Пожалуй, немного найдется в жизни Эренбурга таких страшных дней. Нам не дано узнать, как он их пережил. В Октябрьском зале на скамье подсудимых он увидел восемнадцать человек, измученных, со следами пыток, с блуждающим взглядом, с запавшими глазами. Он оказался лицом к лицу со своей юностью, со своим прошлым — и с тем, что угрожало стать его близким будущим. Он слушает обвинительное заключение, чудовищное по своей абсурдности: Бухарин обвиняется в заговоре с целью убийства Сталина и его соратников, а также в замысле убийства Ленина в 1918 году, в открытии границ Советского Союза для Германии и Японии и продаже советской территории другим державам, в подмешивании битого стекла в детское питание, в попытках восстановления капитализма и в экономическом саботаже. Чтение обвинительного акта прокурор Вышинский заключил, называя Бухарина «проклятой помесью лисы и свиньи». Американский журналист, присутствовавший на процессе, сообщал: «Один Бухарин, который, произнося свое последние слова, очевидно, знал, что обречен на смерть, проявил мужество, гордость и почти что дерзость. Из пятидесяти четырех человек, представших перед судом на трех последних открытых процессах по делу о государственной измене, он первым не унизил себя в последние часы процесса»[366]
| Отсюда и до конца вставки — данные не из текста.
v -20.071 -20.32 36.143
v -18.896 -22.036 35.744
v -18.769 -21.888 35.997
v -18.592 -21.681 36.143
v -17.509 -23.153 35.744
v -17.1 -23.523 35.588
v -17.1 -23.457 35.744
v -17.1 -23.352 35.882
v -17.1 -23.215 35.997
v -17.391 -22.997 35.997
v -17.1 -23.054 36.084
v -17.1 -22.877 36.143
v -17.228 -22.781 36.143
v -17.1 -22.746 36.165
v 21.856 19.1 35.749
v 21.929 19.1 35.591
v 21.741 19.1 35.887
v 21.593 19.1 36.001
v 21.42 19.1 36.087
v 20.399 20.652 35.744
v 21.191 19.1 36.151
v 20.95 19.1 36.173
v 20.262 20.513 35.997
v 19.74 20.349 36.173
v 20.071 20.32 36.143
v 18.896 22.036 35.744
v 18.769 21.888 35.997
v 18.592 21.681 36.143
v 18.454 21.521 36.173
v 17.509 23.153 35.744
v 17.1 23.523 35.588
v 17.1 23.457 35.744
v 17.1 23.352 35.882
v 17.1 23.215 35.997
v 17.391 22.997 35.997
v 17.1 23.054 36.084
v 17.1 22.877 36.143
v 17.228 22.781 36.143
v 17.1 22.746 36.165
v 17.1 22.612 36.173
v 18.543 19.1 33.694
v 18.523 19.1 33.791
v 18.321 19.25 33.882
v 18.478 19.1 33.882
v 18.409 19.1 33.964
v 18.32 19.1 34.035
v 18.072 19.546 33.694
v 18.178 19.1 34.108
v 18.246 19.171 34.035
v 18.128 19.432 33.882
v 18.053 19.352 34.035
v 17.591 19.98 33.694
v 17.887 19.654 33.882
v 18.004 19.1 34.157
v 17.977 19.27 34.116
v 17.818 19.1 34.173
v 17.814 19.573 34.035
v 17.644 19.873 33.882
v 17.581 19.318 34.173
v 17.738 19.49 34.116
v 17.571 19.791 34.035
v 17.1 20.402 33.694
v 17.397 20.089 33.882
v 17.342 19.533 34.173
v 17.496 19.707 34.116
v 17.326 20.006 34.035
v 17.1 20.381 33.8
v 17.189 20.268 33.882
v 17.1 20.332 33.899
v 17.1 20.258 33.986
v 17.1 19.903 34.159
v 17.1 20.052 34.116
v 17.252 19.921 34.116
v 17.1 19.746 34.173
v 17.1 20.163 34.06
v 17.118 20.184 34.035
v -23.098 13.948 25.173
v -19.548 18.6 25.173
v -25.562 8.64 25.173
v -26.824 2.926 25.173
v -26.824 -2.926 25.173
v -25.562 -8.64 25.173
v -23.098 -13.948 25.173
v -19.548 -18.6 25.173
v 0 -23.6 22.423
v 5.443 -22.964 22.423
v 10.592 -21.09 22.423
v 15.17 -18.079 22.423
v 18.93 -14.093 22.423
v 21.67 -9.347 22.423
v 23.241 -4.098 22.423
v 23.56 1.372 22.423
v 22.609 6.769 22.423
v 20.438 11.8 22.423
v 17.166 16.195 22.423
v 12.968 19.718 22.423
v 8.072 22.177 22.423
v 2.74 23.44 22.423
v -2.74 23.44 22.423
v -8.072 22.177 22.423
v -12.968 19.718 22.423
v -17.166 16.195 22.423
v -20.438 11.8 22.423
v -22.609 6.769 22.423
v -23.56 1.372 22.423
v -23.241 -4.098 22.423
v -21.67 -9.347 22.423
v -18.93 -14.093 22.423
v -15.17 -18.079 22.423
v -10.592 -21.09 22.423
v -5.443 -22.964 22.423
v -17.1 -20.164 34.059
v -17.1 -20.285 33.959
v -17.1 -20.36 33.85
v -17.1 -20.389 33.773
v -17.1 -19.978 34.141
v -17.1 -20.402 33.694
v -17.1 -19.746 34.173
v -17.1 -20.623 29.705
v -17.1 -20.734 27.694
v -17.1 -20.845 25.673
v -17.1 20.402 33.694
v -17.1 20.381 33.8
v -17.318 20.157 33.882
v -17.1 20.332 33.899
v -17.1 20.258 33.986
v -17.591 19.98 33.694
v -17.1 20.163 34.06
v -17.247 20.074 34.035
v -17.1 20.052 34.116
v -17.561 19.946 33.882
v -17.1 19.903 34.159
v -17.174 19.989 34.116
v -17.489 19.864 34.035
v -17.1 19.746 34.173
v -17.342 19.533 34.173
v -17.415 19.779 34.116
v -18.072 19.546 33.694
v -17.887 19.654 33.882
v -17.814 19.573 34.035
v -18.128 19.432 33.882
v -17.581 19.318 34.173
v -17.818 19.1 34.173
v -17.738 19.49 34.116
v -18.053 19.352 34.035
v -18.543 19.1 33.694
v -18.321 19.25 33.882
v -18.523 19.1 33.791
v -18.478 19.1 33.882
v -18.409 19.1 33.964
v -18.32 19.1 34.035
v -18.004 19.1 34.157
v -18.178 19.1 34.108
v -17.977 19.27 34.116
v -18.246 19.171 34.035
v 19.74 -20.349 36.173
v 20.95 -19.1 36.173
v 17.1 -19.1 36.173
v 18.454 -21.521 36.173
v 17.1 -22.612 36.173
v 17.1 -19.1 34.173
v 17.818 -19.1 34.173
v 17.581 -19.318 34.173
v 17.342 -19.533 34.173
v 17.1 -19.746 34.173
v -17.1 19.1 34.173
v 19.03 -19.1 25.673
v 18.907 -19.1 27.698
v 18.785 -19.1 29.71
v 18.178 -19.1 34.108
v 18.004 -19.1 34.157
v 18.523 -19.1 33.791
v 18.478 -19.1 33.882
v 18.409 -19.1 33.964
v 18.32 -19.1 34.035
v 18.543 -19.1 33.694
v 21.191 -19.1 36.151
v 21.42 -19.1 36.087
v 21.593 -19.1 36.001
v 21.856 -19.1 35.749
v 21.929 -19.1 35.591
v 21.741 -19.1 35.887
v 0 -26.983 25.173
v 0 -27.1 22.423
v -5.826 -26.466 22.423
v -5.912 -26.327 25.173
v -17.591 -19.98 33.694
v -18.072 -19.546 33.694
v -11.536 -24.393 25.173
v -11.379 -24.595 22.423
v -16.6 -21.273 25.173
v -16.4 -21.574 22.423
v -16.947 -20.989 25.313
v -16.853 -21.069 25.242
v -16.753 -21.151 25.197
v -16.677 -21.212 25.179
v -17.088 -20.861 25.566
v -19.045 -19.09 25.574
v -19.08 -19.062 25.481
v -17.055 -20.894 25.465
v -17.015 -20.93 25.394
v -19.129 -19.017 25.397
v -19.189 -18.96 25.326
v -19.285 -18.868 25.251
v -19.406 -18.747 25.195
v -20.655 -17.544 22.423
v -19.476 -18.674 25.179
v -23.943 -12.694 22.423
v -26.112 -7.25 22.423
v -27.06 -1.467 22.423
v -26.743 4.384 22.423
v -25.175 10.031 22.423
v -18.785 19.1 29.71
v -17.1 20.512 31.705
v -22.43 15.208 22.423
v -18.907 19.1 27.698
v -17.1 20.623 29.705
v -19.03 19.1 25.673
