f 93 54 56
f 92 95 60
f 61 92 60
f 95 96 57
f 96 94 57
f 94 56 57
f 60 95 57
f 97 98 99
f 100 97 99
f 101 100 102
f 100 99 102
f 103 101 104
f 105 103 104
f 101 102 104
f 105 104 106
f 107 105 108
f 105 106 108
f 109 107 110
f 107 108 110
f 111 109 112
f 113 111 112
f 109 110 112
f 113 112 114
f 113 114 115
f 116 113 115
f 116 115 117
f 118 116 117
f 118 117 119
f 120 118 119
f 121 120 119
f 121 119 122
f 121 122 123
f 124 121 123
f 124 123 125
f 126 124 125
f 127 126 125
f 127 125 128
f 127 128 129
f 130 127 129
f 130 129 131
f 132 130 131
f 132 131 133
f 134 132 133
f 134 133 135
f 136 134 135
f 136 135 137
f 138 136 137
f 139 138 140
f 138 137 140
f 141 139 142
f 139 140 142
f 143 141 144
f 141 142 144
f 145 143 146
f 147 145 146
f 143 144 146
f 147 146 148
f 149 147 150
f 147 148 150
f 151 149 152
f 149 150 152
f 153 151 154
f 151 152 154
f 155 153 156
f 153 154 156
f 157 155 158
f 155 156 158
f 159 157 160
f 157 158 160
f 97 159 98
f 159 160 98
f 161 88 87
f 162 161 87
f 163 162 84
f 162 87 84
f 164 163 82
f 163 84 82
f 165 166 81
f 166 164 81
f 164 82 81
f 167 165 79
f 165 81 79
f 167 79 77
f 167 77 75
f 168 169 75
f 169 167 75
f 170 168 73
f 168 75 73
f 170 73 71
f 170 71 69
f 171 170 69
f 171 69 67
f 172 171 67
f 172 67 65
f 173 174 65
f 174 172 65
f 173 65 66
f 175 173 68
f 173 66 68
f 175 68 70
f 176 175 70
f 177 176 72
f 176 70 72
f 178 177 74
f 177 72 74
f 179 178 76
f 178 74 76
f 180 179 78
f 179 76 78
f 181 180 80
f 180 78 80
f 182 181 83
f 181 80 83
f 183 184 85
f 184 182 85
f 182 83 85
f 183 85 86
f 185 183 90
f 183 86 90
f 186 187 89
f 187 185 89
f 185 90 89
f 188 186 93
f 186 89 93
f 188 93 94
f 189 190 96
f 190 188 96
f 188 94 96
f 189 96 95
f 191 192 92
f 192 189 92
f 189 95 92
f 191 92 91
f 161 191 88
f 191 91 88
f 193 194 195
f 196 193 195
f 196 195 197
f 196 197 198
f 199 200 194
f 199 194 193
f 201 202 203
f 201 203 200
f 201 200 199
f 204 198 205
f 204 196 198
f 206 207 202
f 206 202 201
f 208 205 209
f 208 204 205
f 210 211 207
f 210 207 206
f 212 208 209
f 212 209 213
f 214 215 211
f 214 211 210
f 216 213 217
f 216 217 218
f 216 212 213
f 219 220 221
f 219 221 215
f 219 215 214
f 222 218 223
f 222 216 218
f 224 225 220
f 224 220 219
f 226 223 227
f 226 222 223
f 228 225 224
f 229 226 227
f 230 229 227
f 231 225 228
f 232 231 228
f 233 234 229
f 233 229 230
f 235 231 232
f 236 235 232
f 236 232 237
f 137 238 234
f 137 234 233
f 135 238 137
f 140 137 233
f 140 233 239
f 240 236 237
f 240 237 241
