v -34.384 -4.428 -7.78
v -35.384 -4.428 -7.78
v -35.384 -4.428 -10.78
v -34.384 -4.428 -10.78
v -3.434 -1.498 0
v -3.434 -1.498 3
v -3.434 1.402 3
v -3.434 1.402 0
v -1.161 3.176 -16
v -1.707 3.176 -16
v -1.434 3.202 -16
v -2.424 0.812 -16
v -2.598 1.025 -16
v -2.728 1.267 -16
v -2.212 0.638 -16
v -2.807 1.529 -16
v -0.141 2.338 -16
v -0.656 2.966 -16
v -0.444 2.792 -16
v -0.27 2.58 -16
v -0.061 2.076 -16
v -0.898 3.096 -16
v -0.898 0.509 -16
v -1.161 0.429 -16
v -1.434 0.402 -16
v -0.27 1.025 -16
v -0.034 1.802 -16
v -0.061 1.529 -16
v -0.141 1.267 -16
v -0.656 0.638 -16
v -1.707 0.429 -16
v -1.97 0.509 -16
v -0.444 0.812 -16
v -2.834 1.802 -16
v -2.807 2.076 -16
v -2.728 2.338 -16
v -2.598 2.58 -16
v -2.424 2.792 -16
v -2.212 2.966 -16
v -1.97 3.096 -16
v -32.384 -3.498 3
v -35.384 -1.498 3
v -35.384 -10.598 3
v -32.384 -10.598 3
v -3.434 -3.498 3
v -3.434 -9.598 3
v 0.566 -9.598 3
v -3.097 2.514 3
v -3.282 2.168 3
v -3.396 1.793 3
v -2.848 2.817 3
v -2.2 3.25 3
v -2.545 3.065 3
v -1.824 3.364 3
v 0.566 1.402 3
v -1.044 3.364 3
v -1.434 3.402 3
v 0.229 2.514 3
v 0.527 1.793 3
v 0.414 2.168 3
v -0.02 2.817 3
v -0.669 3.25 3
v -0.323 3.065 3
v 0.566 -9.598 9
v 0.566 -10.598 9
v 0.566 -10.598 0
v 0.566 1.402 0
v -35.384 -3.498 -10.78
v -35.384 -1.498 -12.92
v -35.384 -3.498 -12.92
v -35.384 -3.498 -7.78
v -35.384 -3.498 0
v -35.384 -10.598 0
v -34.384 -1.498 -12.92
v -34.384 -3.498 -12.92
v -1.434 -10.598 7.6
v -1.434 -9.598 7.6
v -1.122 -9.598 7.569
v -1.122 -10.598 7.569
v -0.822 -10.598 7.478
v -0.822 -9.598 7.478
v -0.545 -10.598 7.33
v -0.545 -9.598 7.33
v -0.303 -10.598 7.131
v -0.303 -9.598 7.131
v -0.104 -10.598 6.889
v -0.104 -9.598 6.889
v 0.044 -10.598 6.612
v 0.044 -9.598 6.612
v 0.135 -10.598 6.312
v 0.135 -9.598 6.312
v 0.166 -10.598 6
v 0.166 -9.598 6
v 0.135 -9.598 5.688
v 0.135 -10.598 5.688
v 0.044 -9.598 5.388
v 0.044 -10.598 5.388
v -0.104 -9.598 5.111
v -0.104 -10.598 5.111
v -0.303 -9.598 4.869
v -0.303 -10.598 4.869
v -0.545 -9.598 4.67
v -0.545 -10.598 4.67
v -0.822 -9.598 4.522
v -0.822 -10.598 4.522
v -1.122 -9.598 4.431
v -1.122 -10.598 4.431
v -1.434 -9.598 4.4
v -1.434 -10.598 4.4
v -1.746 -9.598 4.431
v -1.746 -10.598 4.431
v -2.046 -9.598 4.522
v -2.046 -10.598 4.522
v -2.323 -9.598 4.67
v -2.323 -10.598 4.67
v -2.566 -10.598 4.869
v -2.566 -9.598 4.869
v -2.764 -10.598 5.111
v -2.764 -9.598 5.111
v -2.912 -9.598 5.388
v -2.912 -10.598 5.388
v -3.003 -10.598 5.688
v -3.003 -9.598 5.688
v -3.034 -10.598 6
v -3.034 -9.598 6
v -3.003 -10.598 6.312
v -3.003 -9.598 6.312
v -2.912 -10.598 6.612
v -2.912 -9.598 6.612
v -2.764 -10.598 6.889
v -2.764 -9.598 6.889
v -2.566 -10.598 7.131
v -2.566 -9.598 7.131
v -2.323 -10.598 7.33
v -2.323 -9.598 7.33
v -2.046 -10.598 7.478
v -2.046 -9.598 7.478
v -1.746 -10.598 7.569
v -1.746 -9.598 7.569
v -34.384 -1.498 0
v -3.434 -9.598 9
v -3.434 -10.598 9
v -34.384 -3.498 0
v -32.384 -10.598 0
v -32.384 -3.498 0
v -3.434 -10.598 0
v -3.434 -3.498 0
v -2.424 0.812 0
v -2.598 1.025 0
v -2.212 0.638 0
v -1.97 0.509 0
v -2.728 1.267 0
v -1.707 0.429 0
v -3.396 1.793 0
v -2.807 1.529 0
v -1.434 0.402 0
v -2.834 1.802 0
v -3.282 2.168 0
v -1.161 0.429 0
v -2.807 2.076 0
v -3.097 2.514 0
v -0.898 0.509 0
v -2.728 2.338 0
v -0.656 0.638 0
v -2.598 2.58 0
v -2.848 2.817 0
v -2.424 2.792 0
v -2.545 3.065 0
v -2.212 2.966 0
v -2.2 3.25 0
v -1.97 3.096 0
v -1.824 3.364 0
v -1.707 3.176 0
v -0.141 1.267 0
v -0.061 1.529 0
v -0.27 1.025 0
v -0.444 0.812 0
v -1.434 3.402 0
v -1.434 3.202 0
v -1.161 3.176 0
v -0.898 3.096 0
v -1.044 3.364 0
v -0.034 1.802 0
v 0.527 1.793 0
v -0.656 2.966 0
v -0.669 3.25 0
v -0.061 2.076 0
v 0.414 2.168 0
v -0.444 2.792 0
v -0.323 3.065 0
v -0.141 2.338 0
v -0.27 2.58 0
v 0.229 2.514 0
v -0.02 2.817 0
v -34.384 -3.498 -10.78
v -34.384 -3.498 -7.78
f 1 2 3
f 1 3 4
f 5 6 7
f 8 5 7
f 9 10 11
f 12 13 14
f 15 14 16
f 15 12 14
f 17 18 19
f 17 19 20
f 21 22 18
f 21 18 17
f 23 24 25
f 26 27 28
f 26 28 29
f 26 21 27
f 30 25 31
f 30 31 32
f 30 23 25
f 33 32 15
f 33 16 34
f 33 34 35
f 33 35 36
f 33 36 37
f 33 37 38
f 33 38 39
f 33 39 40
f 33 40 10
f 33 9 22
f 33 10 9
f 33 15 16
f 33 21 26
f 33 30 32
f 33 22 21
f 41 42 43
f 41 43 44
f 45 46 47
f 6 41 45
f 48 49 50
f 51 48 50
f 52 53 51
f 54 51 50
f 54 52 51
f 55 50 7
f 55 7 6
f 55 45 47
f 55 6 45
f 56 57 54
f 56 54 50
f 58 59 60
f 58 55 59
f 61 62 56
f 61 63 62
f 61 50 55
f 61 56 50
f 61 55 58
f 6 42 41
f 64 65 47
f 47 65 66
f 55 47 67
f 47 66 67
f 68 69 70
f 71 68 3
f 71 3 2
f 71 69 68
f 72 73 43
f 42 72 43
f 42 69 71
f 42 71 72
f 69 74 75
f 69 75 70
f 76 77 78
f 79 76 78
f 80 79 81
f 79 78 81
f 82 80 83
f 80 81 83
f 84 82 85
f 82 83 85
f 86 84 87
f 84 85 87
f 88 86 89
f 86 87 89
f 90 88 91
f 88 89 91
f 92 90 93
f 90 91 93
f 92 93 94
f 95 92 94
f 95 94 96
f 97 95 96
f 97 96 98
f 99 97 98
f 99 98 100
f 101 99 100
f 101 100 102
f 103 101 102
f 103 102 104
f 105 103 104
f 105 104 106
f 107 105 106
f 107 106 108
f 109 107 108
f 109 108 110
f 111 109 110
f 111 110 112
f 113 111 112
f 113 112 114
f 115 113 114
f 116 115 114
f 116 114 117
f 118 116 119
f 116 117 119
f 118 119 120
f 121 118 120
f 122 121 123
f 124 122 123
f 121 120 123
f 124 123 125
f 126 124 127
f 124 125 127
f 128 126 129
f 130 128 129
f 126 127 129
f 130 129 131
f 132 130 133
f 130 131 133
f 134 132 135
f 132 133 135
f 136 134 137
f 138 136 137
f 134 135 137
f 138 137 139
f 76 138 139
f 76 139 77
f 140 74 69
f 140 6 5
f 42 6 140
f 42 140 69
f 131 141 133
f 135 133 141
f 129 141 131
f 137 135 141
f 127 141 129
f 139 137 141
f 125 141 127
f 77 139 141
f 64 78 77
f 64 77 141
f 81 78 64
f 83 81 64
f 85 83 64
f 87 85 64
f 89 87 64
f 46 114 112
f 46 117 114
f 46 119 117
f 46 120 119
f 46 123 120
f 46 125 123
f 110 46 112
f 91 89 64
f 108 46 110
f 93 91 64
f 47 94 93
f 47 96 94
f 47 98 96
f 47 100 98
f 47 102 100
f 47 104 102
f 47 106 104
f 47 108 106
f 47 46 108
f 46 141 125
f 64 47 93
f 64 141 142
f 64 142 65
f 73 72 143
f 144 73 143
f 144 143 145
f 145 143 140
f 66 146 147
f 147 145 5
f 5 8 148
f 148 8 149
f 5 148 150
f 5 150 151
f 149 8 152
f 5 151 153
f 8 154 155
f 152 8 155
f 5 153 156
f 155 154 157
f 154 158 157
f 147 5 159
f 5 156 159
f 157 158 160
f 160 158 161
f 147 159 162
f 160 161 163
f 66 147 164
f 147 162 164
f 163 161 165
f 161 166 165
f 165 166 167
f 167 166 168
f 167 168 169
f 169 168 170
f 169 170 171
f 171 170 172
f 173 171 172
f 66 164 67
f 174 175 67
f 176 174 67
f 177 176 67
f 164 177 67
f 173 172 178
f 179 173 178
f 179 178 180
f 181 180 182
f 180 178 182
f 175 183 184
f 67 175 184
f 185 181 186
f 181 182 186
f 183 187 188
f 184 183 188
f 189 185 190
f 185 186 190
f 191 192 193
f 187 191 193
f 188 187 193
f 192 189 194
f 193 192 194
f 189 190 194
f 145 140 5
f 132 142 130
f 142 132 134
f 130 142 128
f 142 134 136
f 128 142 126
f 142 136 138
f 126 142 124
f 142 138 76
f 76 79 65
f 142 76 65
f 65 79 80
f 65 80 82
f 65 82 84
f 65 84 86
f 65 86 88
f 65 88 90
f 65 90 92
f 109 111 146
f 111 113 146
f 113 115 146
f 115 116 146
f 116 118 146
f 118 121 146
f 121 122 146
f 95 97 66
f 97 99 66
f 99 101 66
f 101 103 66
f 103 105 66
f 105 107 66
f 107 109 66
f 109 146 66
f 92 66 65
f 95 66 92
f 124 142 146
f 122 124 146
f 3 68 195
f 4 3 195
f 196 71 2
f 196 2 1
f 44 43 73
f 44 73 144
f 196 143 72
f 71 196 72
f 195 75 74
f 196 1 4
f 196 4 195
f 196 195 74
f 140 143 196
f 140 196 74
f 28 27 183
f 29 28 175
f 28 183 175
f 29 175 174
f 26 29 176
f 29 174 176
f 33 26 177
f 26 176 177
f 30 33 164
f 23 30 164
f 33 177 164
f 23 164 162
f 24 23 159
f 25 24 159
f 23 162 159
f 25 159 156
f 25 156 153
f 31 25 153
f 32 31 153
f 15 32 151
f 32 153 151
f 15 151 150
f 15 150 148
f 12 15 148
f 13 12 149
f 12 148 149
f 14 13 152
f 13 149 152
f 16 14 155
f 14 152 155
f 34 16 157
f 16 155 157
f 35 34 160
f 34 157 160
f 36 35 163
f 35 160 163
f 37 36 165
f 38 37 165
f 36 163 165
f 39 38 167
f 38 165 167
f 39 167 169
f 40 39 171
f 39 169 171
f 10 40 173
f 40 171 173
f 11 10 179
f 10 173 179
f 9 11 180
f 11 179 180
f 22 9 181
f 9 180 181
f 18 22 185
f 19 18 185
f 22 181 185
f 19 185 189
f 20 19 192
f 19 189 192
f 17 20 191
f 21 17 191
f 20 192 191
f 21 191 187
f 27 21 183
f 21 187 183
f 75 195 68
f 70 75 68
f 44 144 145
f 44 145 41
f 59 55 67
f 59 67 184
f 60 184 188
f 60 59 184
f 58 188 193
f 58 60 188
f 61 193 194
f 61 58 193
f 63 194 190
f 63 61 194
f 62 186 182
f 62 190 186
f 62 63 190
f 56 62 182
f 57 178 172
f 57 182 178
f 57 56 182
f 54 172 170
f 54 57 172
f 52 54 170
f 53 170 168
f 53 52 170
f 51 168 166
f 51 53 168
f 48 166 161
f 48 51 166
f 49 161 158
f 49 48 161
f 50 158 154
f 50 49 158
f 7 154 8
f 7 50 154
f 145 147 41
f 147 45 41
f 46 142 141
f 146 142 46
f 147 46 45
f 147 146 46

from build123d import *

# Parameters (mm, degrees)
SKETCH1_W            = 4
SKETCH1_H            = 14
BOSS_EXTRUDE1_DEPTH  = 3
SKETCH2_R            = 1.4
BOSS_EXTRUDE2_DEPTH  = 16
FILLET1_RADIUS       = 2
FILLET1_LENGTH       = 3
SKETCH3_W            = 4
SKETCH3_H            = 1
BOSS_EXTRUDE4_DEPTH  = 6
SKETCH6_R            = 1.6
CUT_EXTRUDE2_DEPTH   = 6
SKETCH7_W            = 3
SKETCH7_H            = 2
BOSS_EXTRUDE5_DEPTH  = 30.95
SKETCH8_W            = 3
SKETCH8_H            = 2
BOSS_EXTRUDE6_DEPTH  = 1
SKETCH9_W            = 1
SKETCH9_H            = 2
BOSS_EXTRUDE7_DEPTH  = 3
SKETCH10_W           = 1
SKETCH10_H           = 2
BOSS_EXTRUDE8_DEPTH  = 5.92
SKETCH11_W           = 1
SKETCH11_H           = 2
BOSS_EXTRUDE9_DEPTH  = 4
SKETCH12_W           = 1
SKETCH12_H           = 3
BOSS_EXTRUDE14_DEPTH = 0.93
SKETCH13_W           = 3
SKETCH13_H           = 3
BOSS_EXTRUDE15_DEPTH = 7.1


with BuildPart() as part:
    # Sketch1 → Boss-Extrude1 (new body)
    with BuildSketch(Plane.XY):
        with Locations((-1.434146341, -3.597560976)):
            Rectangle(SKETCH1_W, SKETCH1_H)
    extrude(amount=BOSS_EXTRUDE1_DEPTH)

    # Sketch2 → Boss-Extrude2 (add)
    with BuildSketch(Plane(origin=(0, 0, 0), x_dir=(-1, 0, 0), z_dir=(0, 0, -1))):
        with Locations(Location((1.434146341, 1.802439024, 0), (0, 0, 180))):
            Circle(SKETCH2_R)
    extrude(amount=BOSS_EXTRUDE2_DEPTH)

    # Fillet1: full round fillet: the end face becomes a half cylinder, R = half its width
    fillet1_face = Plane((-1.434146341, 3.402439024, 1.5), x_dir=(0, 0, 1), z_dir=(0, 1, 0))  # on the end face: x along it, z out of the body
    fillet1_slab = fillet1_face.offset(-FILLET1_RADIUS / 2) * Box(FILLET1_LENGTH, 2 * FILLET1_RADIUS, FILLET1_RADIUS, mode=Mode.PRIVATE)  # the body's end, R deep
    fillet1_round = Plane((-1.434146341, 1.402439024, 1.5), x_dir=(0, 1, 0), z_dir=(0, 0, 1)) * Cylinder(FILLET1_RADIUS, FILLET1_LENGTH, mode=Mode.PRIVATE)  # its axis R under the face
    add(fillet1_slab - fillet1_round, mode=Mode.SUBTRACT)

    # Sketch3 → Boss-Extrude4 (add)
    with BuildSketch(Plane.XY.offset(3)):
        with Locations((-1.434146341, -10.097560976)):
            Rectangle(SKETCH3_W, SKETCH3_H)
    extrude(amount=BOSS_EXTRUDE4_DEPTH)

    # Sketch6 → Cut-Extrude2 (cut)
    with BuildSketch(Plane(origin=(0, -9.597560976, 0), x_dir=(1, 0, 0), z_dir=(0, 1, 0))):
        with Locations(Location((-1.434146341, -6, 0), (0, 0, 270))):
            Circle(SKETCH6_R)
    extrude(amount=-CUT_EXTRUDE2_DEPTH, mode=Mode.SUBTRACT)

    # Sketch7 → Boss-Extrude5 (add)
    with BuildSketch(Plane.ZY.offset(3.434146341)):
        with Locations((1.5, -2.497560976)):
            Rectangle(SKETCH7_W, SKETCH7_H)
    extrude(amount=BOSS_EXTRUDE5_DEPTH)

    # Sketch8 → Boss-Extrude6 (add)
    with BuildSketch(Plane.ZY.offset(34.384146341)):
        with Locations((1.5, -2.497560976)):
            Rectangle(SKETCH8_W, SKETCH8_H)
    extrude(amount=BOSS_EXTRUDE6_DEPTH)

    # Sketch9 → Boss-Extrude7 (add)
    with BuildSketch(Plane(origin=(0, 0, 0), x_dir=(-1, 0, 0), z_dir=(0, 0, -1))):
        with Locations((34.884146341, -2.497560976)):
            Rectangle(SKETCH9_W, SKETCH9_H)
    extrude(amount=BOSS_EXTRUDE7_DEPTH)

    # Sketch10 → Boss-Extrude8 (add)
    with BuildSketch(Plane(origin=(0, 0, -3), x_dir=(-1, 0, 0), z_dir=(0, 0, -1))):
        with Locations((34.884146341, -2.497560976)):
            Rectangle(SKETCH10_W, SKETCH10_H)
    extrude(amount=BOSS_EXTRUDE8_DEPTH)

    # Sketch11 → Boss-Extrude9 (add)
    with BuildSketch(Plane(origin=(0, 0, -8.92), x_dir=(-1, 0, 0), z_dir=(0, 0, -1))):
        with Locations((34.884146341, -2.497560976)):
            Rectangle(SKETCH11_W, SKETCH11_H)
.Наверное, у Эренбурга поведение Бухарина вызывало не меньшее уважение. Но главным его чувством, скорее всего, был страх. Какую судьбу готовит ему Великий Организатор публичных казней? При выходе из зала суда главный редактор «Известий» предлагает ему написать отчет о процессе. Эренбург отказывается. В таких обстоятельствах молчание само по себе есть акт мужества. Но с этого момента молчание станет его позицией, от которой он не откажется до конца жизни. До оттепели он никогда не скажет публично ни одного слова, чтобы почтить память друга, ни разу не упомянет о нем. Когда после смерти Сталина он попытается вставить имя Бухарина в свои воспоминания, то наткнется на твердое «нет» Хрущева.
Чтобы представить себе масштаб опустошения, произведенного великой чисткой среди его коллег по работе, ему достаточно было пройтись по редакционным кабинетам «Известий». Вскоре беда обрушилась на другого товарища Эренбурга по двадцатым годам — Всеволода Мейерхольда, корифея театрального авангарда. 8 января 1938 года театр Мейерхольда был закрыт как «чуждый советскому искусству», а за великим режиссером установили слежку.
Во время предыдущего приезда Эренбурга в Москву, в 1936 году, Мейерхольд репетировал пушкинского «Бориса Годунова». Драма Пушкина привлекла режиссера своей трагической развязкой: как известно, в свое время царская цензура заставила поэта изменить финал, в котором народ восторженно приветствует царя-самозванца; он ограничился знаменитой ремаркой «Народ безмолвствует». Спустя сто лет Мейерхольд вновь обращается к теме безмолвия потрясенного народа: «Когда он (Пушкин) по требованию цензуры заменил возглас народа „Да здравствует царь Димитрий Иванович!“ знаменитой ремаркой „Народ безмолвствует“, то он перехитрил цензуру, так как не уменьшил, а усилил тему народа. Ведь от народа, кричащего здравицу то за одного, то за другого царя, до народа, молчанием выражающего свое мнение, дистанция огромная. Кроме того, Пушкин задал русскому театру будущего интереснейшую задачу необычайной трудности: как сыграть молчание, чтобы оно вышло громче крика?»[367]
Сталину пришелся не по душе красноречивый эпизод с «безмолвствующим народом», репетиции «Бориса Годунова» были прерваны.